### Exercise goal
Look through the listing below and report every line that contains "align".

### Excerpted records
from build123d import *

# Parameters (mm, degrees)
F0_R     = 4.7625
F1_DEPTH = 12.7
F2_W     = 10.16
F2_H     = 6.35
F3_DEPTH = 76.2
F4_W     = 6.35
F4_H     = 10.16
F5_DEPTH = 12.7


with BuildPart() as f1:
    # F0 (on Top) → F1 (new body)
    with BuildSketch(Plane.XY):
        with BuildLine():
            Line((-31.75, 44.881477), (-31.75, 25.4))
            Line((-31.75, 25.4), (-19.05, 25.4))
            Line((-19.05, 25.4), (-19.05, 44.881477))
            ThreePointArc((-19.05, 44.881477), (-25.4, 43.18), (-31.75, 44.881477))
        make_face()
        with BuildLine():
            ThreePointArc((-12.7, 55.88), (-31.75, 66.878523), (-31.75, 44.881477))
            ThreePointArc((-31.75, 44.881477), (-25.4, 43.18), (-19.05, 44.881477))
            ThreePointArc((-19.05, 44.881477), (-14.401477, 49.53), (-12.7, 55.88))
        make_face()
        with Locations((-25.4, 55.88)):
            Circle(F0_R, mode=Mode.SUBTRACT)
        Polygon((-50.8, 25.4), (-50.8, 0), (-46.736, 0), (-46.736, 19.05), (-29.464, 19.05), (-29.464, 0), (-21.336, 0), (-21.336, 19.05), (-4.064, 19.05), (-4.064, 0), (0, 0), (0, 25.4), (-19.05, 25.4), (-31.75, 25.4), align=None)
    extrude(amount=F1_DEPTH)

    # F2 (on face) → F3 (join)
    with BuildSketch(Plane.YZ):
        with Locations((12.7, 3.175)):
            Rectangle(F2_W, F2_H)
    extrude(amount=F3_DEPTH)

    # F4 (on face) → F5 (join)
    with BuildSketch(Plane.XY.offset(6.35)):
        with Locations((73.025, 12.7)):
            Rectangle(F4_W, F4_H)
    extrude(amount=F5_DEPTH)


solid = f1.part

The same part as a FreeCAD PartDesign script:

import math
import FreeCAD as App
import Part
import Sketcher
from FreeCAD import Vector
Q = App.Units.Quantity

doc = App.newDocument("Part")
params = doc.addObject("Spreadsheet::Sheet", "Params")
for row, (alias, value) in enumerate([
    ("sketch1_radius", "0.5 in"),
    ("sketch1_height", "1 in"),
    ("sketch1_diameter", "0.375 in"),
    ("sketch1_width", "0.75 in"),
    ("sketch1_width2", "0.16 in"),
    ("pad1_length", "0.5 in"),
    ("sketch2_width", "0.4 in"),
    ("sketch2_height", "0.25 in"),
    ("pad2_length", "3 in"),
    ("sketch3_height", "0.4 in"),
    ("sketch3_width", "0.25 in"),
    ("pad3_length", "0.5 in"),
], start=1):
    params.set(f"A{row}", alias)
    params.set(f"B{row}", "=" + value)
    params.setAlias(f"B{row}", alias)

body = doc.addObject("PartDesign::Body", "Body")

sketch1 = body.newObject("Sketcher::SketchObject", "Sketch")
sketch1.AttachmentSupport = (doc.getObject("XY_Plane"), [""])
sketch1.MapMode = "FlatFace"
sketch1.addGeometry([
    Part.LineSegment(Vector(-31.8, 44.9, 0), Vector(-31.8, 25.4, 0)),
    Part.LineSegment(Vector(-31.8, 25.4, 0), Vector(-50.8, 25.4, 0)),
    Part.LineSegment(Vector(-50.8, 25.4, 0), Vector(-50.8, 0, 0)),
    Part.LineSegment(Vector(-50.8, 0, 0), Vector(-46.7, 0, 0)),
    Part.LineSegment(Vector(-46.7, 0, 0), Vector(-46.7, 19.1, 0)),
    Part.LineSegment(Vector(-46.7, 19.1, 0), Vector(-29.5, 19.1, 0)),
    Part.LineSegment(Vector(-29.5, 19.1, 0), Vector(-29.5, 0, 0)),
    Part.LineSegment(Vector(-29.5, 0, 0), Vector(-21.3, 0, 0)),
    Part.LineSegment(Vector(-21.3, 0, 0), Vector(-21.3, 19.1, 0)),
    Part.LineSegment(Vector(-21.3, 19.1, 0), Vector(-4.1, 19.1, 0)),
    Part.LineSegment(Vector(-4.1, 19.1, 0), Vector(-4.1, 0, 0)),
    Part.LineSegment(Vector(-4.1, 0, 0), Vector(0, 0, 0)),
    Part.LineSegment(Vector(0, 0, 0), Vector(0, 25.4, 0)),
    Part.LineSegment(Vector(0, 25.4, 0), Vector(-19.1, 25.4, 0)),
    Part.LineSegment(Vector(-19.1, 25.4, 0), Vector(-19.1, 44.9, 0)),
    Part.ArcOfCircle(Part.Circle(Vector(-25.4, 55.9, 0), Vector(0, 0, 1), 12.7), math.radians(-60), math.radians(0)),
    Part.ArcOfCircle(Part.Circle(Vector(-25.4, 55.9, 0), Vector(0, 0, 1), 12.7), math.radians(0), math.radians(240)),
    Part.Circle(Vector(-25.4, 55.9, 0), Vector(0, 0, 1), 4.8),
], False)
sketch1.addConstraint([
    Sketcher.Constraint("Coincident", 0, 2, 1, 1),
    Sketcher.Constraint("Coincident", 1, 2, 2, 1),
    Sketcher.Constraint("Coincident", 2, 2, 3, 1),
    Sketcher.Constraint("Coincident", 3, 2, 4, 1),
    Sketcher.Constraint("Coincident", 4, 2, 5, 1),
    Sketcher.Constraint("Coincident", 5, 2, 6, 1),
    Sketcher.Constraint("Coincident", 6, 2, 7, 1),
    Sketcher.Constraint("Coincident", 7, 2, 8, 1),
    Sketcher.Constraint("Coincident", 8, 2, 9, 1),
    Sketcher.Constraint("Coincident", 9, 2, 10, 1),
    Sketcher.Constraint("Coincident", 10, 2, 11, 1),
    Sketcher.Constraint("Coincident", 11, 2, 12, 1),
    Sketcher.Constraint("Coincident", 12, 2, 13, 1),
    Sketcher.Constraint("Coincident", 13, 2, 14, 1),
    Sketcher.Constraint("Coincident", 14, 2, 15, 1),
    Sketcher.Constraint("Tangent", 15, 2, 16, 1),
    Sketcher.Constraint("Coincident", 16, 2, 0, 1),
    Sketcher.Constraint("Vertical", 0),
    Sketcher.Constraint("Horizontal", 1),
    Sketcher.Constraint("Vertical", 2),
    Sketcher.Constraint("Horizontal", 3),
    Sketcher.Constraint("Vertical", 4),
    Sketcher.Constraint("Horizontal", 5),
    Sketcher.Constraint("Vertical", 6),
    Sketcher.Constraint("Horizontal", 7),
    Sketcher.Constraint("Vertical", 8),
    Sketcher.Constraint("Horizontal", 9),
    Sketcher.Constraint("Vertical", 10),
    Sketcher.Constraint("Horizontal", 11),
    Sketcher.Constraint("Vertical", 12),
    Sketcher.Constraint("Horizontal", 13),
    Sketcher.Constraint("Vertical", 14),
    Sketcher.Constraint("Coincident", 11, 2, -1, 1),
    Sketcher.Constraint("Coincident", 17, 3, 15, 3),
    Sketcher.Constraint("Equal", 15, 16),
    Sketcher.Constraint("PointOnObject", 2, 2, -1),
    Sketcher.Constraint("PointOnObject", 6, 2, -1),
    Sketcher.Constraint("Horizontal", 5, 2, 8, 2),
    Sketcher.Constraint("Horizontal", 1, 2, 12, 2),
    Sketcher.Constraint("Horizontal", 17, 3, 15, 2),
    Sketcher.Constraint("Horizontal", 14, 2, 16, 2),
    Sketcher.Constraint("Equal", 5, 9),
    Sketcher.Constraint("Equal", 3, 11),
    Sketcher.Constraint("Equal", 1, 13),
    Sketcher.Constraint("Equal", 13, 4),
    Sketcher.Constraint("Radius", 15, Q("0.5 in")),
    Sketcher.Constraint("DistanceY", 2, 2, 2, 1, Q("1 in")),
    Sketcher.Constraint("Diameter", 17, Q("0.375 in")),
    Sketcher.Constraint("DistanceX", 15, 3, -1, 1, Q("1 in")),
    Sketcher.Constraint("DistanceX", 3, 2, 7, 2, Q("1 in")),
    Sketcher.Constraint("DistanceX", 1, 2, 1, 1, Q("0.75 in")),
    Sketcher.Constraint("DistanceX", 3, 1, 3, 2, Q("0.16 in")),
    Sketcher.Constraint("DistanceY", -1, 1, 15, 3, Q("2.2 in")),
])
sketch1.setExpression("Constraints[45]", "Params.sketch1_radius")
sketch1.setExpression("Constraints[46]", "Params.sketch1_height")
sketch1.setExpression("Constraints[47]", "Params.sketch1_diameter")
sketch1.setExpression("Constraints[50]", "Params.sketch1_width")
sketch1.setExpression("Constraints[51]", "Params.sketch1_width2")
pad1 = body.newObject("PartDesign::Pad", "Pad")
pad1.Profile = sketch1
pad1.setExpression("Length", "Params.pad1_length")

sketch2 = body.newObject("Sketcher::SketchObject", "Sketch001")
sketch2.AttachmentSupport = (doc.getObject("YZ_Plane"), [""])
sketch2.MapMode = "FlatFace"
sketch2.addGeometry([
    Part.LineSegment(Vector(8, 6, 0), Vector(8, 0, 0)),
    Part.LineSegment(Vector(8, 0, 0), Vector(18, 0, 0)),
    Part.LineSegment(Vector(18, 0, 0), Vector(18, 6, 0)),
    Part.LineSegment(Vector(18, 6, 0), Vector(8, 6, 0)),
], False)
sketch2.addConstraint([
    Sketcher.Constraint("Coincident", 0, 2, 1, 1),
    Sketcher.Constraint("Coincident", 1, 2, 2, 1),
    Sketcher.Constraint("Coincident", 2, 2, 3, 1),
    Sketcher.Constraint("Coincident", 3, 2, 0, 1),
    Sketcher.Constraint("Vertical", 0),
    Sketcher.Constraint("Horizontal", 1),
    Sketcher.Constraint("Vertical", 2),
    Sketcher.Constraint("Horizontal", 3),
    Sketcher.Constraint("PointOnObject", 0, 2, -1),
    Sketcher.Constraint("DistanceX", 1, 1, 1, 2, Q("0.4 in")),
    Sketcher.Constraint("DistanceY", 0, 2, 0, 1, Q("0.25 in")),
    Sketcher.Constraint("DistanceX", -1, 1, 0, 2, Q("0.3 in")),
])
sketch2.setExpression("Constraints[9]", "Params.sketch2_width")
sketch2.setExpression("Constraints[10]", "Params.sketch2_height")
pad2 = body.newObject("PartDesign::Pad", "Pad001")
pad2.Profile = sketch2
pad2.setExpression("Length", "Params.pad2_length")

sketch3 = body.newObject("Sketcher::SketchObject", "Sketch002")
sketch3.AttachmentSupport = (doc.getObject("XY_Plane"), [""])
sketch3.MapMode = "FlatFace"
sketch3.AttachmentOffset = App.Placement(Vector(0, 0, 0.25 * 25.4), App.Rotation())
sketch3.addGeometry([
    Part.LineSegment(Vector(70, 18, 0), Vector(70, 8, 0)),
    Part.LineSegment(Vector(70, 8, 0), Vector(76, 8, 0)),
    Part.LineSegment(Vector(76, 8, 0), Vector(76, 18, 0)),
    Part.LineSegment(Vector(76, 18, 0), Vector(70, 18, 0)),
], False)
sketch3.addConstraint([
    Sketcher.Constraint("Coincident", 0, 2, 1, 1),
    Sketcher.Constraint("Coincident", 1, 2, 2, 1),
    Sketcher.Constraint("Coincident", 2, 2, 3, 1),
    Sketcher.Constraint("Coincident", 3, 2, 0, 1),
    Sketcher.Constraint("Vertical", 0),
    Sketcher.Constraint("Horizontal", 1),
    Sketcher.Constraint("Vertical", 2),
    Sketcher.Constraint("Horizontal", 3),
    Sketcher.Constraint("DistanceY", 0, 2, 0, 1, Q("0.4 in")),
    Sketcher.Constraint("DistanceX", -1, 1, 1, 2, Q("3 in")),
    Sketcher.Constraint("DistanceX", 1, 1, 1, 2, Q("0.25 in")),
    Sketcher.Constraint("DistanceY", -1, 1, 0, 2, Q("0.3 in")),
])
sketch3.setExpression("Constraints[8]", "Params.sketch3_height")
sketch3.setExpression("Constraints[10]", "Params.sketch3_width")
pad3 = body.newObject("PartDesign::Pad", "Pad002")
pad3.Profile = sketch3
pad3.setExpression("Length", "Params.pad3_length")

doc.recompute()
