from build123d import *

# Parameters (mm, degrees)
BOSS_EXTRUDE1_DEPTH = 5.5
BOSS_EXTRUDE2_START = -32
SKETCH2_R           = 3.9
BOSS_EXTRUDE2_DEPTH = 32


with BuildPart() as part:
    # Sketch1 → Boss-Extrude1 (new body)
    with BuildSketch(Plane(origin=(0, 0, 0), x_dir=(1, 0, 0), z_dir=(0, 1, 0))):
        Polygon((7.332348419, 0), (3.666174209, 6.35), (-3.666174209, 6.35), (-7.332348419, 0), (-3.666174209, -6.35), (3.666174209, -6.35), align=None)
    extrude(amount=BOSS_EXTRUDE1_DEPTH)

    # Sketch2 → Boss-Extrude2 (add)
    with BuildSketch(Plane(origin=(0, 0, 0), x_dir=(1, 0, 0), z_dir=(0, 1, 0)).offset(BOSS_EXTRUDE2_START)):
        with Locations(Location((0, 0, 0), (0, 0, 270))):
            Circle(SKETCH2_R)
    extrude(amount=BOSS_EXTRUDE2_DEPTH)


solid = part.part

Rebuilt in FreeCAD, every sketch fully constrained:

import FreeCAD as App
import Part
import Sketcher
from FreeCAD import Vector
Q = App.Units.Quantity

doc = App.newDocument("Part")
body = doc.addObject("PartDesign::Body", "Body")

# Sketch on XZ plane
sketch1 = body.newObject("Sketcher::SketchObject", "Sketch")
sketch1.AttachmentSupport = (doc.getObject("XZ_Plane"), [""])
sketch1.MapMode = "FlatFace"
sketch1.addGeometry([
    Part.LineSegment(Vector(7.332348, 0, 0), Vector(3.666174, -6.35, 0)),  # 0
    Part.LineSegment(Vector(3.666174, -6.35, 0), Vector(-3.666174, -6.35, 0)),  # 1
    Part.LineSegment(Vector(-3.666174, -6.35, 0), Vector(-7.332348, 0, 0)),  # 2
    Part.LineSegment(Vector(-7.332348, 0, 0), Vector(-3.666174, 6.35, 0)),  # 3
    Part.LineSegment(Vector(-3.666174, 6.35, 0), Vector(3.666174, 6.35, 0)),  # 4
    Part.LineSegment(Vector(3.666174, 6.35, 0), Vector(7.332348, 0, 0)),  # 5
], False)
sketch1.addConstraint([
    Sketcher.Constraint("Coincident", 0, 2, 1, 1),
    Sketcher.Constraint("Coincident", 1, 2, 2, 1),
    Sketcher.Constraint("Coincident", 2, 2, 3, 1),
    Sketcher.Constraint("Coincident", 3, 2, 4, 1),
    Sketcher.Constraint("Coincident", 4, 2, 5, 1),
    Sketcher.Constraint("Coincident", 5, 2, 0, 1),
    Sketcher.Constraint("Horizontal", 1),
    Sketcher.Constraint("Horizontal", 4),
    Sketcher.Constraint("Symmetric", 0, 2, 3, 2, -1, 1),
    Sketcher.Constraint("Symmetric", 2, 2, 5, 2, -1, 1),
    Sketcher.Constraint("PointOnObject", 2, 2, -1),
    Sketcher.Constraint("Parallel", 2, 5),
    Sketcher.Constraint("Vertical", 1, 2, 3, 2),
    Sketcher.Constraint("Angle", 0, Q("-120 deg")),
    Sketcher.Constraint("DistanceY", 1, 2, 3, 2, Q("12.7 mm")),
    Sketcher.Constraint("DistanceX", 1, 2, 1, 1, Q("7.332348 mm")),
])
pad1 = body.newObject("PartDesign::Pad", "Pad")
pad1.Profile = sketch1
pad1.Length = 5.5
pad1.Reversed = True

# Sketch on XZ plane
sketch2 = body.newObject("Sketcher::SketchObject", "Sketch001")
sketch2.AttachmentSupport = (doc.getObject("XZ_Plane"), [""])
sketch2.MapMode = "FlatFace"
sketch2.AttachmentOffset = App.Placement(Vector(0, 0, 32), App.Rotation())
sketch2.addGeometry(Part.Circle(Vector(0, 0, 0), Vector(0, 0, 1), 3.9), False)
sketch2.addConstraint([
    Sketcher.Constraint("Coincident", 0, 3, -1, 1),
    Sketcher.Constraint("Diameter", 0, Q("7.8 mm")),
])
pad2 = body.newObject("PartDesign::Pad", "Pad001")
pad2.Profile = sketch2
pad2.Length = 32
pad2.Reversed = True

doc.recompute()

### Response to this task
        Polygon((-50.8, 25.4), (-50.8, 0), (-46.736, 0), (-46.736, 19.05), (-29.464, 19.05), (-29.464, 0), (-21.336, 0), (-21.336, 19.05), (-4.064, 19.05), (-4.064, 0), (0, 0), (0, 25.4), (-19.05, 25.4), (-31.75, 25.4), align=None)
        Polygon((7.332348419, 0), (3.666174209, 6.35), (-3.666174209, 6.35), (-7.332348419, 0), (-3.666174209, -6.35), (3.666174209, -6.35), align=None)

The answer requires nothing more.